### [Problem requirements]
Below are the entries. Transcribe exactly the lines from the one with "e45 v17 v30 LINE" through the one with "The same part", ends included, and leave out all others.

:::

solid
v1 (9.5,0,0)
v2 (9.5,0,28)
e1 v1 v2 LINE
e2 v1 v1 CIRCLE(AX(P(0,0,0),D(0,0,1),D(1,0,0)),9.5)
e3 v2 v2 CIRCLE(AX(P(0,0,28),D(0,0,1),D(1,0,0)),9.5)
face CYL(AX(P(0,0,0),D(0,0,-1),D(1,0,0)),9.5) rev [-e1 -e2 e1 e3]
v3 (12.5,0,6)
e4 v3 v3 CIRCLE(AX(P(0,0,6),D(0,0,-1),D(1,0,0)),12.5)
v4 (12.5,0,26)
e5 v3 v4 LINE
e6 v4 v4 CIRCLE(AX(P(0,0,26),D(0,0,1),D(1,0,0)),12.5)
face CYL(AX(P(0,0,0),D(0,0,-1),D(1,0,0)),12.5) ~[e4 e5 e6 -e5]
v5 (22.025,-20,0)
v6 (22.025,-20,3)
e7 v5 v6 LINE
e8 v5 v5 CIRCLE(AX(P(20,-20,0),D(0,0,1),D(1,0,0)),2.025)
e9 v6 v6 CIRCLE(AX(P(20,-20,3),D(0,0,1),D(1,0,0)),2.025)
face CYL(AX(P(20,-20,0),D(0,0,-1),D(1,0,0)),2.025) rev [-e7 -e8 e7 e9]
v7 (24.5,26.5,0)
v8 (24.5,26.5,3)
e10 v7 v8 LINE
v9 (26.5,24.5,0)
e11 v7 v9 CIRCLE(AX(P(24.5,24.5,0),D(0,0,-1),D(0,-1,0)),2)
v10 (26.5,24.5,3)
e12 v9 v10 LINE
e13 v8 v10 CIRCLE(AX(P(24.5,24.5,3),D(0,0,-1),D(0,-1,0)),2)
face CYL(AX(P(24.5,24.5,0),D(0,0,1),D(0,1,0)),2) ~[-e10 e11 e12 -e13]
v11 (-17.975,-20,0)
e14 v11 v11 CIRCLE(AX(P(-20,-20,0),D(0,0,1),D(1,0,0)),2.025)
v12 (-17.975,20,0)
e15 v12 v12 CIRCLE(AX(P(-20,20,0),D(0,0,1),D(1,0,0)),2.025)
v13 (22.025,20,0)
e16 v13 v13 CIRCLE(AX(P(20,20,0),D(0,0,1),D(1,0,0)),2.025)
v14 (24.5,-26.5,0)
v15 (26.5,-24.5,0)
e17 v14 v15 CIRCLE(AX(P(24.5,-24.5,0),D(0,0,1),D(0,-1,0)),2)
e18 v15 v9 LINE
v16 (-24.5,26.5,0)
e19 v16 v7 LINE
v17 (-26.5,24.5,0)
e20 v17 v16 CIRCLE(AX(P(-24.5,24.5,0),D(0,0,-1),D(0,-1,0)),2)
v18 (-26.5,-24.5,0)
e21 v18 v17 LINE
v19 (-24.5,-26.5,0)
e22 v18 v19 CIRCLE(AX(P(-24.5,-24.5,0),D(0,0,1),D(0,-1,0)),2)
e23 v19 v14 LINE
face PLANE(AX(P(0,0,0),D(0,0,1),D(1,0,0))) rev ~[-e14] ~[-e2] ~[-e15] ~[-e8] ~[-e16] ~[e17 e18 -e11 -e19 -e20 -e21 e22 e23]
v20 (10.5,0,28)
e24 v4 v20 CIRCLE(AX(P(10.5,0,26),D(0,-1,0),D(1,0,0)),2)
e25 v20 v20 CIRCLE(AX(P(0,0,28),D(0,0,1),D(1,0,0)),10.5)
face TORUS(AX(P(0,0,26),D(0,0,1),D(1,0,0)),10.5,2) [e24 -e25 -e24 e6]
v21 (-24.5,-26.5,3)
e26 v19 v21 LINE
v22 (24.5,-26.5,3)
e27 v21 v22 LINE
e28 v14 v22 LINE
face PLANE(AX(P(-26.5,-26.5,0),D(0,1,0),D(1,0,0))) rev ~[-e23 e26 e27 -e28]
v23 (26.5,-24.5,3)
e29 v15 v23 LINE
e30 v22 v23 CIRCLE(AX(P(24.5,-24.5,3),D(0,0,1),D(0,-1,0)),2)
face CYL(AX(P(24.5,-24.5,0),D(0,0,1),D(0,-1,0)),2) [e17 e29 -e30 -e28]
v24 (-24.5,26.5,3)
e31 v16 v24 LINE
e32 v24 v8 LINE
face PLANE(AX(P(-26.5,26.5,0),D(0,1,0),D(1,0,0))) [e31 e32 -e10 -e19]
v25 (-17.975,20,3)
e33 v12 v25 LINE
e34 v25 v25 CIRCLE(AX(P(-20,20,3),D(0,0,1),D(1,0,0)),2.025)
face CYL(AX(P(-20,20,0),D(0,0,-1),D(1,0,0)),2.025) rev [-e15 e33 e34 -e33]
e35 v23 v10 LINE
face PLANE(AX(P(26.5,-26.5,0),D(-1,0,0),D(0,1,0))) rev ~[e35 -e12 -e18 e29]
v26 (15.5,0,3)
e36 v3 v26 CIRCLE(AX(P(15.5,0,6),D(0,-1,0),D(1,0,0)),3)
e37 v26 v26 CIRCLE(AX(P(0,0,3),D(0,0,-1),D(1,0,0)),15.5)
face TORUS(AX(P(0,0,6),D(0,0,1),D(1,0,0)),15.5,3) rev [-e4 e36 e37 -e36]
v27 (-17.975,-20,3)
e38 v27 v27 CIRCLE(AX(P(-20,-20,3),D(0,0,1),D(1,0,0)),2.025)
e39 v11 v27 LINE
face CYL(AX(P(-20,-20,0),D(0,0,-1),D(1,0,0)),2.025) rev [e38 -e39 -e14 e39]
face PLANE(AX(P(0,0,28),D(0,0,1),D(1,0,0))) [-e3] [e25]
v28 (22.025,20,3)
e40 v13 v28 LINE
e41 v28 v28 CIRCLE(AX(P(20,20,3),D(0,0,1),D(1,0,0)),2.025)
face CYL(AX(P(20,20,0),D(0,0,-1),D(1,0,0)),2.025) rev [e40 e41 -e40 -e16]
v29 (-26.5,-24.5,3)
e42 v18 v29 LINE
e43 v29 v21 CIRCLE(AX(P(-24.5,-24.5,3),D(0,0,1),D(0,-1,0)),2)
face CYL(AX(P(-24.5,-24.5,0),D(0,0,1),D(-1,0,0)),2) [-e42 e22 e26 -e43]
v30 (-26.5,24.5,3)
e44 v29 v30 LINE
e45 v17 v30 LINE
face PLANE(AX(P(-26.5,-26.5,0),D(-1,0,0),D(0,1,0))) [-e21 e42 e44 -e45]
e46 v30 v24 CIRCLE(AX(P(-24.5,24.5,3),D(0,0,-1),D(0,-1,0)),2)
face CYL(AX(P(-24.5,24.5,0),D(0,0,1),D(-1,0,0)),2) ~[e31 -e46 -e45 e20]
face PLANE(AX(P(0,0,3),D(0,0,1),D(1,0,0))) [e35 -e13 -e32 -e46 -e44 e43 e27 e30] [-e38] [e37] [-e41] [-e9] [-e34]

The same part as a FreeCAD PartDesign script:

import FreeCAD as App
import Part
import Sketcher

V = App.Vector


def edges_at(feature, points):
    """Names of the edges that pass closest to the given points."""
    edges = feature.Shape.Edges
    near = lambda p: min(range(len(edges)), key=lambda i: edges[i].distToShape(Part.Vertex(*p))[0])
    return sorted({f"Edge{near(p) + 1}" for p in points})

doc = App.newDocument("Part")
body = doc.addObject("PartDesign::Body", "Body")

# Sketch on XY plane
sketch1 = body.newObject("Sketcher::SketchObject", "Sketch")
sketch1.AttachmentSupport = (doc.getObject("XY_Plane"), [""])
sketch1.MapMode = "FlatFace"
sketch1.addGeometry([
    Part.LineSegment(V(-26.5, 26.5, 0), V(-26.5, -26.5, 0)),  # 0
    Part.LineSegment(V(-26.5, -26.5, 0), V(26.5, -26.5, 0)),  # 1
    Part.LineSegment(V(26.5, -26.5, 0), V(26.5, 26.5, 0)),  # 2
    Part.LineSegment(V(26.5, 26.5, 0), V(-26.5, 26.5, 0)),  # 3
    Part.Circle(V(-20, -20, 0), V(0, 0, 1), 2),  # 4
    Part.Circle(V(20, -20, 0), V(0, 0, 1), 2),  # 5
    Part.Circle(V(-20, 20, 0), V(0, 0, 1), 2),  # 6
    Part.Circle(V(0, 0, 0), V(0, 0, 1), 9.5),  # 7
    Part.Circle(V(20, 20, 0), V(0, 0, 1), 2),  # 8
], False)
sketch1.addConstraint([
    Sketcher.Constraint("Coincident", 0, 2, 1, 1),
    Sketcher.Constraint("Coincident", 1, 2, 2, 1),
    Sketcher.Constraint("Coincident", 2, 2, 3, 1),
    Sketcher.Constraint("Coincident", 3, 2, 0, 1),
    Sketcher.Constraint("Vertical", 0),
    Sketcher.Constraint("Horizontal", 1),
    Sketcher.Constraint("Vertical", 2),
    Sketcher.Constraint("Horizontal", 3),
    Sketcher.Constraint("Coincident", 7, 3, -1, 1),
    Sketcher.Constraint("Equal", 4, 5),
    Sketcher.Constraint("Equal", 5, 6),
    Sketcher.Constraint("Equal", 6, 8),
    Sketcher.Constraint("Symmetric", 5, 3, 6, 3, -1, 1),
    Sketcher.Constraint("Symmetric", 4, 3, 8, 3, -1, 1),
    Sketcher.Constraint("Symmetric", 0, 2, 2, 2, -1, 1),
    Sketcher.Constraint("Symmetric", 4, 3, 5, 3, -2),
    Sketcher.Constraint("Equal", 3, 0),
    Sketcher.Constraint("Diameter", 7, 19.0),
    Sketcher.Constraint("Diameter", 4, 4.05),
    Sketcher.Constraint("DistanceX", 1, 1, 1, 2, 53.0),
    Sketcher.Constraint("DistanceX", 4, 3, -1, 1, 20.0),
    Sketcher.Constraint("DistanceY", 4, 3, -1, 1, 20.0),
])
pad1 = body.newObject("PartDesign::Pad", "Pad")
pad1.Profile = sketch1
pad1.Length = 3

# Sketch on XY plane
sketch2 = body.newObject("Sketcher::SketchObject", "Sketch001")
sketch2.AttachmentSupport = (doc.getObject("XY_Plane"), [""])
sketch2.MapMode = "FlatFace"
sketch2.addGeometry([
    Part.Circle(V(0, 0, 0), V(0, 0, 1), 12),
    Part.Circle(V(0, 0, 0), V(0, 0, 1), 10),
], False)
sketch2.addConstraint([
    Sketcher.Constraint("Coincident", 0, 3, -1, 1),
    Sketcher.Constraint("Coincident", 1, 3, -1, 1),
    Sketcher.Constraint("Diameter", 0, 25.0),
    Sketcher.Constraint("Diameter", 1, 19.0),
])
pad2 = body.newObject("PartDesign::Pad", "Pad001")
pad2.Profile = sketch2
pad2.Length = 28
doc.recompute()

fillet = body.newObject("PartDesign::Fillet", "Fillet")
fillet.Base = (pad2, edges_at(pad2, [(-12.5, 0, 28)]))
fillet.Radius = 2
doc.recompute()

fillet2 = body.newObject("PartDesign::Fillet", "Fillet001")
fillet2.Base = (fillet, edges_at(fillet, [(-12.5, 0, 3)]))
fillet2.Radius = 3
doc.recompute()

fillet3 = body.newObject("PartDesign::Fillet", "Fillet002")
fillet3.Base = (fillet2, edges_at(fillet2, [
    (-26.5, -26.5, 1.5),
    (26.5, -26.5, 1.5),
    (26.5, 26.5, 1.5),
    (-26.5, 26.5, 1.5),
]))
fillet3.Radius = 2

doc.recompute()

:::

### [Answer section]
e45 v17 v30 LINE
face PLANE(AX(P(-26.5,-26.5,0),D(-1,0,0),D(0,1,0))) [-e21 e42 e44 -e45]
e46 v30 v24 CIRCLE(AX(P(-24.5,24.5,3),D(0,0,-1),D(0,-1,0)),2)
face CYL(AX(P(-24.5,24.5,0),D(0,0,1),D(-1,0,0)),2) ~[e31 -e46 -e45 e20]
face PLANE(AX(P(0,0,3),D(0,0,1),D(1,0,0))) [e35 -e13 -e32 -e46 -e44 e43 e27 e30] [-e38] [e37] [-e41] [-e9] [-e34]

The same part as a FreeCAD PartDesign script:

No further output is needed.